PATIENTS AND METHODS

In all, 63 patients with chemotherapy-naive stage IIIB/IV NSCLC received gefitinib 250 mg/day. At disease progression, gefitinib was replaced by cisplatin 80 mg/m(2) on day 1 and gemcitabine 1250 mg/m(2) on days 1, 8 for up to six 3-week cycles. Primary end point was the disease stabilization rate (DSR) after 12 weeks of gefitinib.

RESULTS

After 12 weeks of gefitinib, the DSR was 24% and the response rate (RR) was 8%. Median time to progression (TtP) was 2.5 months and median overall survival (OS) 11.5 months.

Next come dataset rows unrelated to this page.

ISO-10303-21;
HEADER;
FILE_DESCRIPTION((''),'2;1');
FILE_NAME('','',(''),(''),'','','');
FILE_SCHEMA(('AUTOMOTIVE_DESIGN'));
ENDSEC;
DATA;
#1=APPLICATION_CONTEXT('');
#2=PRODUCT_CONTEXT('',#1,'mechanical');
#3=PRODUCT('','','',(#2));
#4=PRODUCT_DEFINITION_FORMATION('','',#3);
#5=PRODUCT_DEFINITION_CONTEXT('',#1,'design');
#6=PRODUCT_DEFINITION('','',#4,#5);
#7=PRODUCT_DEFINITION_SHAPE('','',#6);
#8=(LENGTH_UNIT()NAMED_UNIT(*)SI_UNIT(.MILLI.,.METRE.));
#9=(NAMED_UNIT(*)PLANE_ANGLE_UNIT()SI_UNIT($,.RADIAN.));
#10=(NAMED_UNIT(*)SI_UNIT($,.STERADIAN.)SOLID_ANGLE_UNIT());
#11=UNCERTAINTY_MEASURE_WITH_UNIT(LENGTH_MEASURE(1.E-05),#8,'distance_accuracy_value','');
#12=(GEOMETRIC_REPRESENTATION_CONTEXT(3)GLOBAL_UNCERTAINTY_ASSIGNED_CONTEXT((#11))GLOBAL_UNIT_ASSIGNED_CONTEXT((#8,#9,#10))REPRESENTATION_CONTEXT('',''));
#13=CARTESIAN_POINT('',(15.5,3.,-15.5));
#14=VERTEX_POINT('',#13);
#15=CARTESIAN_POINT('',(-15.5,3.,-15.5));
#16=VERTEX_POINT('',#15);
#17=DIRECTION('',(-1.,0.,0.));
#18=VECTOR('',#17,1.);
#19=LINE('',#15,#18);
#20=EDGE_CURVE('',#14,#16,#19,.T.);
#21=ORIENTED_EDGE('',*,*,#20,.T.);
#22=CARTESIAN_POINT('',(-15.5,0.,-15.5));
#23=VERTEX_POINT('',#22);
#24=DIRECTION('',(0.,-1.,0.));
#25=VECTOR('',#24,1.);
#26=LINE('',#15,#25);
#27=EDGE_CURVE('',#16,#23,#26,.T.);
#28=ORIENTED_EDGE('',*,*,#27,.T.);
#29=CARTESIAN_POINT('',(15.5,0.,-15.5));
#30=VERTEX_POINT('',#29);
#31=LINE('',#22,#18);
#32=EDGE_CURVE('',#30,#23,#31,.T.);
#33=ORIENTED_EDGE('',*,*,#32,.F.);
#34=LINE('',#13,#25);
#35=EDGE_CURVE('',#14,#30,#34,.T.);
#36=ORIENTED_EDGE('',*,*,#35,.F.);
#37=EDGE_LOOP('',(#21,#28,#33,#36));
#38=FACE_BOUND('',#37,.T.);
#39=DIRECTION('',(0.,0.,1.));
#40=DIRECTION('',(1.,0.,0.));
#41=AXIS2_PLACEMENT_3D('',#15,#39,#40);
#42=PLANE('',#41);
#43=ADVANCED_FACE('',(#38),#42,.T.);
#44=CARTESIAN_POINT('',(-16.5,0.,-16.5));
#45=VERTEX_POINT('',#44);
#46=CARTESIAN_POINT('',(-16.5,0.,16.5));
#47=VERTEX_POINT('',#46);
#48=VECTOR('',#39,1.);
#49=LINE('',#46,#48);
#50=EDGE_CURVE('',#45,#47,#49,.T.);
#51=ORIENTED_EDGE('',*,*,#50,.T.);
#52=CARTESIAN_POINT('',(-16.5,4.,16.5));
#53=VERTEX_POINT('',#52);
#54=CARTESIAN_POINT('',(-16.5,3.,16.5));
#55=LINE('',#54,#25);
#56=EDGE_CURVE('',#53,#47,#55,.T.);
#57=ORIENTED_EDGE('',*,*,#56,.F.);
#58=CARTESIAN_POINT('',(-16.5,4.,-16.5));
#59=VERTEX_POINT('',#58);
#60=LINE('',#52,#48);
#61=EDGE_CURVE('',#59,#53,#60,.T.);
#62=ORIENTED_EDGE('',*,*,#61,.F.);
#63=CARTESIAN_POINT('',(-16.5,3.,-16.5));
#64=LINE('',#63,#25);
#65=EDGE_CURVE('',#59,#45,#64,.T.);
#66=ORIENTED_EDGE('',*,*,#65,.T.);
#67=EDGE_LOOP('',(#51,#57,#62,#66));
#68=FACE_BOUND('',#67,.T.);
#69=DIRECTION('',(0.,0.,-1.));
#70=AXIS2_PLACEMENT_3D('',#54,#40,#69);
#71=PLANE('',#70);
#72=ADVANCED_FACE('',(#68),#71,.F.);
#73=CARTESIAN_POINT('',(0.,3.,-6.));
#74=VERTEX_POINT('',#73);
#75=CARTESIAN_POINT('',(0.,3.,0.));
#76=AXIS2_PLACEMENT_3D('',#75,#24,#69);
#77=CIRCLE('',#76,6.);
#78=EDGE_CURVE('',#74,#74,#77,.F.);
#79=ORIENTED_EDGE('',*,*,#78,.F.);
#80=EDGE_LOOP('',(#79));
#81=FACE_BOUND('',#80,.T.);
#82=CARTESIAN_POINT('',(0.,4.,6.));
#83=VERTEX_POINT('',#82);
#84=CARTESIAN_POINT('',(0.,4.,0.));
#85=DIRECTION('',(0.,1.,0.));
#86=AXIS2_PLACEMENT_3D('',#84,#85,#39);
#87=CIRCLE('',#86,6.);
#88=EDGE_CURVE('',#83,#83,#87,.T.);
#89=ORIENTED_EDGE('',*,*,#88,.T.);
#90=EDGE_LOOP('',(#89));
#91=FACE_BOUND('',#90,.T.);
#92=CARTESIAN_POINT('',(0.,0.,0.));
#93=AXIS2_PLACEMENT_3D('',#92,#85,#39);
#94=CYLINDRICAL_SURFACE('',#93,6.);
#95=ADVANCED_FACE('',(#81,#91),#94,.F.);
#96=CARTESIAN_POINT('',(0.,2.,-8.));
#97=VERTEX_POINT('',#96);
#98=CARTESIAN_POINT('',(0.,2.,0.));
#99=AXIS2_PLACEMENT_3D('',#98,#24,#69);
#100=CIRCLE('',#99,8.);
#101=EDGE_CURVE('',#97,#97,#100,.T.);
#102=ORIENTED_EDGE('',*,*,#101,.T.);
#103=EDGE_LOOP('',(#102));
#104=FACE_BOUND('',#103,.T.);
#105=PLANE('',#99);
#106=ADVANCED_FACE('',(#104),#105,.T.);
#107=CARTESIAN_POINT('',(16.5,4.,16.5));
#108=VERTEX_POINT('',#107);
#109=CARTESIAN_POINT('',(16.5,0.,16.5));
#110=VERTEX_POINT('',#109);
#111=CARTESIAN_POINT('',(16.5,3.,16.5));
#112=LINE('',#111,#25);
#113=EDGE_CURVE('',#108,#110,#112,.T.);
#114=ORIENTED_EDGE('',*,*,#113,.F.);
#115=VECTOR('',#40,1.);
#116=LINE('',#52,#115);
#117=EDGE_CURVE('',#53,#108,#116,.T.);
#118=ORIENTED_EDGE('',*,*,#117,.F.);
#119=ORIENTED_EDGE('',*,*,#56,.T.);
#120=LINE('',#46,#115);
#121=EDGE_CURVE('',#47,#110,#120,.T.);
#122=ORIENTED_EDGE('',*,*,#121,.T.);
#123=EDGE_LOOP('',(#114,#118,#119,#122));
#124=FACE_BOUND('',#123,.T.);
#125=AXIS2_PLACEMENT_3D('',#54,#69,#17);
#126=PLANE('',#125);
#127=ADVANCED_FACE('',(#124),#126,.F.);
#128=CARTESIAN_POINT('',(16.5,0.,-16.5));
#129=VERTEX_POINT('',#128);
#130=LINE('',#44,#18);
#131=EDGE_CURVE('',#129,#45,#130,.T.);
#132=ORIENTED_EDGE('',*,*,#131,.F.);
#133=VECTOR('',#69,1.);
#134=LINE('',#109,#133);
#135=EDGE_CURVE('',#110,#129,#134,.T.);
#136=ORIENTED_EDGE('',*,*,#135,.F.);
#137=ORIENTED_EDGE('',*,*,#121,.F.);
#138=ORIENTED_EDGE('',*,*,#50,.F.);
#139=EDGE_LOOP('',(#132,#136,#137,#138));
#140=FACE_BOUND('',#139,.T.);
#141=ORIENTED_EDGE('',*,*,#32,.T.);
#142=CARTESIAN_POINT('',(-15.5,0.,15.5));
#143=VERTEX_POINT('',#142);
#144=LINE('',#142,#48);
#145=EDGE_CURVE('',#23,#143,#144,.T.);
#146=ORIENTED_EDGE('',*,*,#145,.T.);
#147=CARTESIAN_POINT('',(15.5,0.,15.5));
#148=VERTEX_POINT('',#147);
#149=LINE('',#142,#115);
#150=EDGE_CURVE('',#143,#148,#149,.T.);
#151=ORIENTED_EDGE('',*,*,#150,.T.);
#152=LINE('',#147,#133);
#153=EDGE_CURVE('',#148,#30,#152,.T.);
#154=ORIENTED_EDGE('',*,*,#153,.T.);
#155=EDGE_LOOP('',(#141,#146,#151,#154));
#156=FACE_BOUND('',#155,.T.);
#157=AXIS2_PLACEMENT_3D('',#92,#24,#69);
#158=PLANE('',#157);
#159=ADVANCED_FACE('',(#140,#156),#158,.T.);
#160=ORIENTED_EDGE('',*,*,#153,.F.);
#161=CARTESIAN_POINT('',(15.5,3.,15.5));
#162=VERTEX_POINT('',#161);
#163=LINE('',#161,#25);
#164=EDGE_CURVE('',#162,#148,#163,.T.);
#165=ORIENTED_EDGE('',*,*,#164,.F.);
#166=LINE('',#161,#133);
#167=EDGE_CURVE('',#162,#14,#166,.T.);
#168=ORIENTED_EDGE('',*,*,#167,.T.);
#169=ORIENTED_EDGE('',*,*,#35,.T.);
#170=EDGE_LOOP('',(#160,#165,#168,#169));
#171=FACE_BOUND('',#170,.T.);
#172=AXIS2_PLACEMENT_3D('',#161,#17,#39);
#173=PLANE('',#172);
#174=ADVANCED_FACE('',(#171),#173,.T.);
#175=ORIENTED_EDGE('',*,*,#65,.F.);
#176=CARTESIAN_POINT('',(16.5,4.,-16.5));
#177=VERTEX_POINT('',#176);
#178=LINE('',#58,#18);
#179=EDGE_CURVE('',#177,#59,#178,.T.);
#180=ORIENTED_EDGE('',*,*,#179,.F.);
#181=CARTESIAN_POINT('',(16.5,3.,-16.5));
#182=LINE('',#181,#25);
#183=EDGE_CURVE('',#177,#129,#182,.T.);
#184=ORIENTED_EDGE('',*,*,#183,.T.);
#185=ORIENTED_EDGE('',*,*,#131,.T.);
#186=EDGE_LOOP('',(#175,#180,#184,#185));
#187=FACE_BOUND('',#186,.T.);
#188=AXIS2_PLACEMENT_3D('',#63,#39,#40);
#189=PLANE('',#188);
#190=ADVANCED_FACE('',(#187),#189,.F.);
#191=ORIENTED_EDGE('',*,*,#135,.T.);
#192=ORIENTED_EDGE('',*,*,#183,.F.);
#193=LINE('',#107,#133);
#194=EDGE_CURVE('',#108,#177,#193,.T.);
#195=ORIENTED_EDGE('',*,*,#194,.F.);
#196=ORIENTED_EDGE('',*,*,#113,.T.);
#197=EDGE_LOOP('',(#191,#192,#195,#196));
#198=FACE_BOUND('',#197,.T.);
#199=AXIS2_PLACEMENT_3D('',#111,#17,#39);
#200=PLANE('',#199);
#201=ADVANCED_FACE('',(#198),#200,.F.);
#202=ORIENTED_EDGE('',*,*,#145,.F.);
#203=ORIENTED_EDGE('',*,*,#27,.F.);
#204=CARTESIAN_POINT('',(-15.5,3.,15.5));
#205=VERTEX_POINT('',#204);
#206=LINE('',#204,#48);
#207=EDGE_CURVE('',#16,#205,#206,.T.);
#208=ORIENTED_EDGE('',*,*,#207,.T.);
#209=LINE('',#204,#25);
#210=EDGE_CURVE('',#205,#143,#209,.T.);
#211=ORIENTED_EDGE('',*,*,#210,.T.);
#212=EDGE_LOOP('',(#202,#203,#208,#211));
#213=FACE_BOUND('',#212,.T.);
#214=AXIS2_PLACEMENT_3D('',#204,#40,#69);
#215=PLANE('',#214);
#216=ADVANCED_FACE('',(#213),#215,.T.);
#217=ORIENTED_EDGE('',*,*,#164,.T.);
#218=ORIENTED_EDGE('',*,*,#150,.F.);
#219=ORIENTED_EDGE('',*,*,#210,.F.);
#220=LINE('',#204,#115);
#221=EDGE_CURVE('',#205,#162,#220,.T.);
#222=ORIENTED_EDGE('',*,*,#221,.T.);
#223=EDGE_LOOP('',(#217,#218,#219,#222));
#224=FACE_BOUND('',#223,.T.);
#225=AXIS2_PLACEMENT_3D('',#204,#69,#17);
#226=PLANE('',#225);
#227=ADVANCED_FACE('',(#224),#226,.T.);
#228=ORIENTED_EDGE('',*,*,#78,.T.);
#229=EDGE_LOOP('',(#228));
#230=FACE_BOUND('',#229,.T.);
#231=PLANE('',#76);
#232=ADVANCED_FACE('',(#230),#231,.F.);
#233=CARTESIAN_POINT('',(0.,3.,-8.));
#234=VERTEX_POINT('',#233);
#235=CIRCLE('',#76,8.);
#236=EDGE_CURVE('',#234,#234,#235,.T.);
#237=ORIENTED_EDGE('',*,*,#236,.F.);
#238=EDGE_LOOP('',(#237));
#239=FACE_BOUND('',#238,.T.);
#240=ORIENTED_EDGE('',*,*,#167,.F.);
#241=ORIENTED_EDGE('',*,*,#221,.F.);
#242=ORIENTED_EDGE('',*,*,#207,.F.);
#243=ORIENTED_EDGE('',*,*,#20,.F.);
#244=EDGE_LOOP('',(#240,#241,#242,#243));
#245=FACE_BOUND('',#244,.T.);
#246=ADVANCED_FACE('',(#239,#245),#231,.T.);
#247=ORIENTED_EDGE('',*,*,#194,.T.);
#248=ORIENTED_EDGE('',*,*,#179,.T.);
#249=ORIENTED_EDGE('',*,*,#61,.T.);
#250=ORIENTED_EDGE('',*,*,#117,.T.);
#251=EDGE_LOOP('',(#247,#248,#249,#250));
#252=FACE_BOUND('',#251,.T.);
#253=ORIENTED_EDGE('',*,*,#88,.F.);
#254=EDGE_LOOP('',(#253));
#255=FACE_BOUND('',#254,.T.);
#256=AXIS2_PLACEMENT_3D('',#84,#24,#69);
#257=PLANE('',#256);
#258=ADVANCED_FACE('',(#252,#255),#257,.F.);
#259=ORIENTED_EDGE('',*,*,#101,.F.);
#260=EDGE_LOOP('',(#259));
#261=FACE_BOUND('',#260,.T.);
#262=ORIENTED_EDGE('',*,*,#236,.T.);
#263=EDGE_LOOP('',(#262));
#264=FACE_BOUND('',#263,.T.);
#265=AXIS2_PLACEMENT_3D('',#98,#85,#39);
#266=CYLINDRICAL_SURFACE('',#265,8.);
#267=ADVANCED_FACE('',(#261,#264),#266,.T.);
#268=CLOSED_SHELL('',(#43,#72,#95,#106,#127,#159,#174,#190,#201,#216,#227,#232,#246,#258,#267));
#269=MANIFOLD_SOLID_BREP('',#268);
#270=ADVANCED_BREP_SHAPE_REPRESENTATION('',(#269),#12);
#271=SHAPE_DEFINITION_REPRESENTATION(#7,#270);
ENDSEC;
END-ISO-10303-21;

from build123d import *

# Parameters (mm, degrees)
SKETCH1_W           = 33
SKETCH1_H           = 33
SKETCH1_W_2         = 31
SKETCH1_H_2         = 31
BOSS_EXTRUDE1_DEPTH = 3
SKETCH2_W           = 33
SKETCH2_H           = 33
BOSS_EXTRUDE2_DEPTH = 1
SKETCH3_R           = 6
CUT_EXTRUDE1_DEPTH  = 5
SKETCH4_R           = 8
BOSS_EXTRUDE3_DEPTH = 1


with BuildPart() as part:
    # Sketch1 → Boss-Extrude1 (new body)
    with BuildSketch(Plane(origin=(0, 0, 0), x_dir=(1, 0, 0), z_dir=(0, 1, 0))):
        Rectangle(SKETCH1_W, SKETCH1_H)
        Rectangle(SKETCH1_W_2, SKETCH1_H_2, mode=Mode.SUBTRACT)
    extrude(amount=BOSS_EXTRUDE1_DEPTH)

    # Sketch2 → Boss-Extrude2 (add)
    with BuildSketch(Plane(origin=(0, 3, 0), x_dir=(1, 0, 0), z_dir=(0, 1, 0))):
        Rectangle(SKETCH2_W, SKETCH2_H)
    extrude(amount=BOSS_EXTRUDE2_DEPTH)

    # Sketch3 → Cut-Extrude1 (cut, through all)
    with BuildSketch(Plane(origin=(0, 4, 0), x_dir=(1, 0, 0), z_dir=(0, 1, 0))):
        Circle(SKETCH3_R)
    extrude(amount=-CUT_EXTRUDE1_DEPTH, mode=Mode.SUBTRACT)

    # Sketch4 → Boss-Extrude3 (add)
    with BuildSketch(Plane.XZ.offset(-3)):
        Circle(SKETCH4_R)
    extrude(amount=BOSS_EXTRUDE3_DEPTH)


solid = part.part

Never smokers (n = 9) had a DSR of 56% and a median OS of 20.2 months; patients with epidermal growth factor receptor (EGFR) mutation (n = 4) had a DSR of 75% and the median OS was not reached after the follow-up of 21.6 months. In all, 41 patients received chemotherapy with an overall RR of 34%, DSR of 71% and median TtP of 6.7 months.

CONCLUSIONS

First-line gefitinib monotherapy led to a DSR of 24% at 12 weeks in an unselected patients population. Never smokers and patients with EGFR mutations tend to have a better outcome; hence, further trials in selected patients are warranted.

摘要

背景

吉非替尼对经治的非小细胞肺癌(NSCLC)患者有效。我们评估了吉非替尼一线治疗晚期NSCLC并在疾病进展时序贯化疗的活性和毒性。

患者与方法

总共63例未经化疗的ⅢB/Ⅳ期NSCLC患者接受吉非替尼250mg/天治疗。在疾病进展时,吉非替尼更换为第1天给予顺铂80mg/m²,第1天和第8天给予吉西他滨1250mg/m²,共6个3周周期。主要终点为吉非替尼治疗12周后的疾病稳定率(DSR)。

结果

吉非替尼治疗12周后,DSR为24%,缓解率(RR)为8%。中位疾病进展时间(TtP)为2.5个月,中位总生存期(OS)为11.5个月。从不吸烟者(n = 9)的DSR为56%,中位OS为20.2个月;表皮生长因子受体(EGFR)突变患者(n = 4)的DSR为75%,随访21.6个月后未达到中位OS。总共41例患者接受化疗,总RR为34%,DSR为71%,中位TtP为6.7个月。

结论

在未选择的患者群体中,一线吉非替尼单药治疗12周时的DSR为24%。从不吸烟者和EGFR突变患者往往预后较好;因此,有必要对选择的患者进行进一步试验。